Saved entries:
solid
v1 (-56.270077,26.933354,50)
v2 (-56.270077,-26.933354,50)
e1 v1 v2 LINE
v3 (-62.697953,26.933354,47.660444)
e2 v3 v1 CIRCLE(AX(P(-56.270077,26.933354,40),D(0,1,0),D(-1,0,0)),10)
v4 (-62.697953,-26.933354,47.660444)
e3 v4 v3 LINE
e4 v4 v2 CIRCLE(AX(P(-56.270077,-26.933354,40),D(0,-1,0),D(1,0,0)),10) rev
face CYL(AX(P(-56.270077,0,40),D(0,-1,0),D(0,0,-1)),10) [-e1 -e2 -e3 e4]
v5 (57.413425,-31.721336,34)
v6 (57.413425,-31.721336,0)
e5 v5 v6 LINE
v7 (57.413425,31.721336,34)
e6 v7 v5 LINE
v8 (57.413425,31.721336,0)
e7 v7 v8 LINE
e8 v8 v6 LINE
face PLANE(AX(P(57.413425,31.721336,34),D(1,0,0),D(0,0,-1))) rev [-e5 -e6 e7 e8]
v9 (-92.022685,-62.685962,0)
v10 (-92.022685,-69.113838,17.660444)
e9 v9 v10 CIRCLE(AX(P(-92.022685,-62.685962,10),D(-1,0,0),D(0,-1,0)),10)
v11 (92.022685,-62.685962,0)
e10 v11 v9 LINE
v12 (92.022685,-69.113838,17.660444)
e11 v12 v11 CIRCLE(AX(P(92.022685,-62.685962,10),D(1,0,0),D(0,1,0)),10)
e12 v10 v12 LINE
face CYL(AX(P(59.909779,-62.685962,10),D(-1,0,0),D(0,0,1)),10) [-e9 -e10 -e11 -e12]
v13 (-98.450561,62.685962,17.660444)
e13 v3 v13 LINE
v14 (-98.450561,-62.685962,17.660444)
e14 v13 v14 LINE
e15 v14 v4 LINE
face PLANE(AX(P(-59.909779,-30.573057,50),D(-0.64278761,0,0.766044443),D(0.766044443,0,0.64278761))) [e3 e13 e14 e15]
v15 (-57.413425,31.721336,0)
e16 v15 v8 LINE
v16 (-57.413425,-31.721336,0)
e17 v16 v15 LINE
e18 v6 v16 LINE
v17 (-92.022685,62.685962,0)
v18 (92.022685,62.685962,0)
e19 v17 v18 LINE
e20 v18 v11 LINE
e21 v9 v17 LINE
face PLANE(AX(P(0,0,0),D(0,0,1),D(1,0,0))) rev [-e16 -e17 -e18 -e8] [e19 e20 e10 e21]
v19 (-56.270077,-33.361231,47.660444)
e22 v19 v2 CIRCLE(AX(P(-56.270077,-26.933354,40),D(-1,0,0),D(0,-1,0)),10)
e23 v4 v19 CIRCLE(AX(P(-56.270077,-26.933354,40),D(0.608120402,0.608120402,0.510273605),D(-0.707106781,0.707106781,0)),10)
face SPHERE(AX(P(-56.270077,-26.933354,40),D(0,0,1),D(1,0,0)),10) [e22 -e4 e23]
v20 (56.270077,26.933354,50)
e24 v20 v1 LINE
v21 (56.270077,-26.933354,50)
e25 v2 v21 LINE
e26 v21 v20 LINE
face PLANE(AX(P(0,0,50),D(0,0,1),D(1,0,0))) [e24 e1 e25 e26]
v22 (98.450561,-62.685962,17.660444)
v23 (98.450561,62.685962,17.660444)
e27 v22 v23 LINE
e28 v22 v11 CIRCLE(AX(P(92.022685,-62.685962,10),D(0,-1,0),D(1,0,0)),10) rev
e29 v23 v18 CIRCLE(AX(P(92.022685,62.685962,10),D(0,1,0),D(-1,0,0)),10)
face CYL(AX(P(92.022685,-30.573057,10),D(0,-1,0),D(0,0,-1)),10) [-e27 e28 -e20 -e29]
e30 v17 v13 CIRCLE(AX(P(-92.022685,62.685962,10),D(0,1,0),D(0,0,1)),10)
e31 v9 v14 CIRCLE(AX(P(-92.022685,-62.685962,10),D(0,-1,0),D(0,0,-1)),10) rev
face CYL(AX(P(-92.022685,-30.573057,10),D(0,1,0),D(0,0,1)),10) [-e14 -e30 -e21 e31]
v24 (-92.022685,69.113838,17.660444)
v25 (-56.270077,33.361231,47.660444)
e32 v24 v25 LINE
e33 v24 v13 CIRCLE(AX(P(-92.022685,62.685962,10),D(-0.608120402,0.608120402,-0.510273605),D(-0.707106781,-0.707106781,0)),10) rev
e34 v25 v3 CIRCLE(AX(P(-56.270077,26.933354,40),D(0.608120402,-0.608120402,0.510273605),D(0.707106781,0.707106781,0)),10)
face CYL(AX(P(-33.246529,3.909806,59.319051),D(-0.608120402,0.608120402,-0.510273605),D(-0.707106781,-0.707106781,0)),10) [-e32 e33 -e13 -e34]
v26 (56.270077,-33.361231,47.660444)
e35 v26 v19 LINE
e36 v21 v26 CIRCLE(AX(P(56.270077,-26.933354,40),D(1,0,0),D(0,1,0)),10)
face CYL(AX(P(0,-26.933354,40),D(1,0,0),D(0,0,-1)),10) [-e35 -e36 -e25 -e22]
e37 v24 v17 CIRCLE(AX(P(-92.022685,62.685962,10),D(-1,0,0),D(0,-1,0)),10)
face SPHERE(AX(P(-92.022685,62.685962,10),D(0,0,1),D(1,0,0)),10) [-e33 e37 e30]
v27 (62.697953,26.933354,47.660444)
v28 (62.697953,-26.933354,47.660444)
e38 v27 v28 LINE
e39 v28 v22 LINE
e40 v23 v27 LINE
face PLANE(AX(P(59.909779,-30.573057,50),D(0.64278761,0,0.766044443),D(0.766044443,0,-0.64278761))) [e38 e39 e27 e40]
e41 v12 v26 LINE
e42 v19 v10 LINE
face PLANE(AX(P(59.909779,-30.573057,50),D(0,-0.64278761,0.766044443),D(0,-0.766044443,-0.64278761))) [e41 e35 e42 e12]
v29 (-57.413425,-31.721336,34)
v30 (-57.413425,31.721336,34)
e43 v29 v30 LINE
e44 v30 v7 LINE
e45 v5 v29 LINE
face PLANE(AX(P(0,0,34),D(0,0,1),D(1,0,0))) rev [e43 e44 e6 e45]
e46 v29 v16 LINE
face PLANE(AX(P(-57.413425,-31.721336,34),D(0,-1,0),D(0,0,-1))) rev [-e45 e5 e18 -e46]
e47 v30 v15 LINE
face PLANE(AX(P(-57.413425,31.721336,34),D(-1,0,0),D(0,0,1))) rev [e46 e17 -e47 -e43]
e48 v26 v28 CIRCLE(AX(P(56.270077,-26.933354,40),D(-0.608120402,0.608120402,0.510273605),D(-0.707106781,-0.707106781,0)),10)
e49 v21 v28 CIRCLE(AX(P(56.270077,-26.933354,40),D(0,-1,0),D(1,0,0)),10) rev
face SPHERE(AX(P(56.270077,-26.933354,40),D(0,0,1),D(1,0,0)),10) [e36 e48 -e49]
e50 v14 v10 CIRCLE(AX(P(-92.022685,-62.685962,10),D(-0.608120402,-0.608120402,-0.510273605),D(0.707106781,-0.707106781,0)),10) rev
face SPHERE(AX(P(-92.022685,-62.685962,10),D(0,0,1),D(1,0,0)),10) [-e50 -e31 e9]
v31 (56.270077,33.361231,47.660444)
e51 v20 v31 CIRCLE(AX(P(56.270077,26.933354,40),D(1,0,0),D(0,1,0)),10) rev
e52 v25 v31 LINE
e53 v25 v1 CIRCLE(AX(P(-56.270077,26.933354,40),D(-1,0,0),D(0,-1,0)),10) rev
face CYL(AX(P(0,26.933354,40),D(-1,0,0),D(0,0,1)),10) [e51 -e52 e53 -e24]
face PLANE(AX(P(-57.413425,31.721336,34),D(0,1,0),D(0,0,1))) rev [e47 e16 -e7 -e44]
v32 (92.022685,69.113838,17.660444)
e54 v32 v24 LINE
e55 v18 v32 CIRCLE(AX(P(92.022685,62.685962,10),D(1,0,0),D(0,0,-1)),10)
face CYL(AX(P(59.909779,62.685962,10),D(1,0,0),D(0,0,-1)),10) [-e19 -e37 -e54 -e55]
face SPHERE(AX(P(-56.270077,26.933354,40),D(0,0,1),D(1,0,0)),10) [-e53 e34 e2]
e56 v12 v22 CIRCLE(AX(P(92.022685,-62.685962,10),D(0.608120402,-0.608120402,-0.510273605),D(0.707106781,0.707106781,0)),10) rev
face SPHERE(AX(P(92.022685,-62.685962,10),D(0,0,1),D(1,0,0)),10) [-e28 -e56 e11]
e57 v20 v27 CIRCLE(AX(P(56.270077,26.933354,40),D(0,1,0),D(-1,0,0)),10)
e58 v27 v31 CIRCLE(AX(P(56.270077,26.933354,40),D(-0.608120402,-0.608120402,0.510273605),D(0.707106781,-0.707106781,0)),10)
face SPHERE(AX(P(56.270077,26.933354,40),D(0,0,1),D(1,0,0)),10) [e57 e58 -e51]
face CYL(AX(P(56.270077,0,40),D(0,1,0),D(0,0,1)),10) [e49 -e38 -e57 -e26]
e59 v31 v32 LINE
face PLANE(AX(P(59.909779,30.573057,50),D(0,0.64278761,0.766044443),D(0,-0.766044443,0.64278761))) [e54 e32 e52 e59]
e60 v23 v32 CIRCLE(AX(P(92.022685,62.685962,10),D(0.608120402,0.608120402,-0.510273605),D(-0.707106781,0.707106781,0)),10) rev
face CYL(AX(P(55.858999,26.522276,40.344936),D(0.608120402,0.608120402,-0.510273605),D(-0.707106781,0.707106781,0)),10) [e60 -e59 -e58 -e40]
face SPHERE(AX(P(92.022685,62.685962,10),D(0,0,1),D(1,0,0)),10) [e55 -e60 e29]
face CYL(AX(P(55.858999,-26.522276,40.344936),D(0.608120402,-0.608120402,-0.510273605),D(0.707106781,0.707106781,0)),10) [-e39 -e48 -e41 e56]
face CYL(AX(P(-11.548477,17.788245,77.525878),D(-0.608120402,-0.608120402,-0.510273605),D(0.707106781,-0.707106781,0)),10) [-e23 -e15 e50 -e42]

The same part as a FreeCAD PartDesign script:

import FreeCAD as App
import Part
import Sketcher

V = App.Vector


def faces_at(feature, points):
    """Names of the faces that lie closest to the given points."""
    faces = feature.Shape.Faces
    near = lambda p: min(range(len(faces)), key=lambda i: faces[i].distToShape(Part.Vertex(*p))[0])
    return sorted({f"Face{near(p) + 1}" for p in points})

doc = App.newDocument("Part")
body = doc.addObject("PartDesign::Body", "Body")

# Sketch on XY plane
sketch1 = doc.addObject("Sketcher::SketchObject", "Sketch")
body.addObject(sketch1)
sketch1.AttachmentSupport = (doc.XY_Plane, [""])
sketch1.MapMode = "FlatFace"
sketch1.addGeometry([
    Part.LineSegment(V(-60, 31, 0), V(-60, -31, 0)),
    Part.LineSegment(V(-60, -31, 0), V(60, -31, 0)),
    Part.LineSegment(V(60, -31, 0), V(60, 31, 0)),
    Part.LineSegment(V(60, 31, 0), V(-60, 31, 0)),
], False)
sketch1.addConstraint([
    Sketcher.Constraint("Coincident", 0, 2, 1, 1),
    Sketcher.Constraint("Coincident", 1, 2, 2, 1),
    Sketcher.Constraint("Coincident", 2, 2, 3, 1),
    Sketcher.Constraint("Coincident", 3, 2, 0, 1),
    Sketcher.Constraint("Vertical", 0),
    Sketcher.Constraint("Horizontal", 1),
    Sketcher.Constraint("Vertical", 2),
    Sketcher.Constraint("Horizontal", 3),
    Sketcher.Constraint("Symmetric", 0, 2, 2, 2, -1, 1),
    Sketcher.Constraint("DistanceX", 1, 1, 1, 2, 119.819558),
    Sketcher.Constraint("DistanceY", 0, 2, 0, 1, 61.146114),
])
pad1 = doc.addObject("PartDesign::Pad", "Pad")
body.addObject(pad1)
pad1.Profile = sketch1
pad1.Length = 50
doc.recompute()

datumplane = doc.addObject("PartDesign::Plane", "DatumPlane")
body.addObject(datumplane)
datumplane.AttachmentSupport = (doc.XY_Plane, [""])
datumplane.MapMode = "FlatFace"
datumplane.AttachmentOffset = App.Placement(V(0, 0, 50), App.Rotation())
draft = doc.addObject("PartDesign::Draft", "Draft")
body.addObject(draft)
draft.Base = (pad1, faces_at(pad1, [
    (-59.91, 0, 25),
    (0, -30.573, 25),
    (59.91, 0, 25),
    (0, 30.573, 25),
]))
draft.NeutralPlane = (datumplane, [""])
draft.Angle = 50
draft.Reversed = False
doc.recompute()

fillet = doc.addObject("PartDesign::Fillet", "Fillet")
body.addObject(fillet)
fillet.Base = (draft, ["Edge1"])
fillet.UseAllEdges = True
fillet.Radius = 10

# Sketch on XY plane
sketch2 = doc.addObject("Sketcher::SketchObject", "Sketch001")
body.addObject(sketch2)
sketch2.AttachmentSupport = (doc.XY_Plane, [""])
sketch2.MapMode = "FlatFace"
sketch2.addGeometry([
    Part.LineSegment(V(57, 32, 0), V(57, -32, 0)),
    Part.LineSegment(V(57, -32, 0), V(-57, -32, 0)),
    Part.LineSegment(V(-57, -32, 0), V(-57, 32, 0)),
    Part.LineSegment(V(-57, 32, 0), V(57, 32, 0)),
], False)
sketch2.addConstraint([
    Sketcher.Constraint("Coincident", 0, 2, 1, 1),
    Sketcher.Constraint("Coincident", 1, 2, 2, 1),
    Sketcher.Constraint("Coincident", 2, 2, 3, 1),
    Sketcher.Constraint("Coincident", 3, 2, 0, 1),
    Sketcher.Constraint("Vertical", 0),
    Sketcher.Constraint("Horizontal", 1),
    Sketcher.Constraint("Vertical", 2),
    Sketcher.Constraint("Horizontal", 3),
    Sketcher.Constraint("Symmetric", 0, 2, 2, 2, -1, 1),
    Sketcher.Constraint("DistanceX", 1, 2, 1, 1, 114.82685),
    Sketcher.Constraint("DistanceY", 0, 2, 0, 1, 63.442672),
])
pocket1 = doc.addObject("PartDesign::Pocket", "Pocket")
body.addObject(pocket1)
pocket1.Profile = sketch2
pocket1.Length = 34
pocket1.Reversed = True

doc.recompute()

● **What is expected**:
Return exactly the lines above from the line that has "e50 v14 v10" through the line that has "e56 v12 v22", inclusive, and nothing else.

● **Response to the task**:
e50 v14 v10 CIRCLE(AX(P(-92.022685,-62.685962,10),D(-0.608120402,-0.608120402,-0.510273605),D(0.707106781,-0.707106781,0)),10) rev
face SPHERE(AX(P(-92.022685,-62.685962,10),D(0,0,1),D(1,0,0)),10) [-e50 -e31 e9]
v31 (56.270077,33.361231,47.660444)
e51 v20 v31 CIRCLE(AX(P(56.270077,26.933354,40),D(1,0,0),D(0,1,0)),10) rev
e52 v25 v31 LINE
e53 v25 v1 CIRCLE(AX(P(-56.270077,26.933354,40),D(-1,0,0),D(0,-1,0)),10) rev
face CYL(AX(P(0,26.933354,40),D(-1,0,0),D(0,0,1)),10) [e51 -e52 e53 -e24]
face PLANE(AX(P(-57.413425,31.721336,34),D(0,1,0),D(0,0,1))) rev [e47 e16 -e7 -e44]
v32 (92.022685,69.113838,17.660444)
e54 v32 v24 LINE
e55 v18 v32 CIRCLE(AX(P(92.022685,62.685962,10),D(1,0,0),D(0,0,-1)),10)
face CYL(AX(P(59.909779,62.685962,10),D(1,0,0),D(0,0,-1)),10) [-e19 -e37 -e54 -e55]
face SPHERE(AX(P(-56.270077,26.933354,40),D(0,0,1),D(1,0,0)),10) [-e53 e34 e2]
e56 v12 v22 CIRCLE(AX(P(92.022685,-62.685962,10),D(0.608120402,-0.608120402,-0.510273605),D(0.707106781,0.707106781,0)),10) rev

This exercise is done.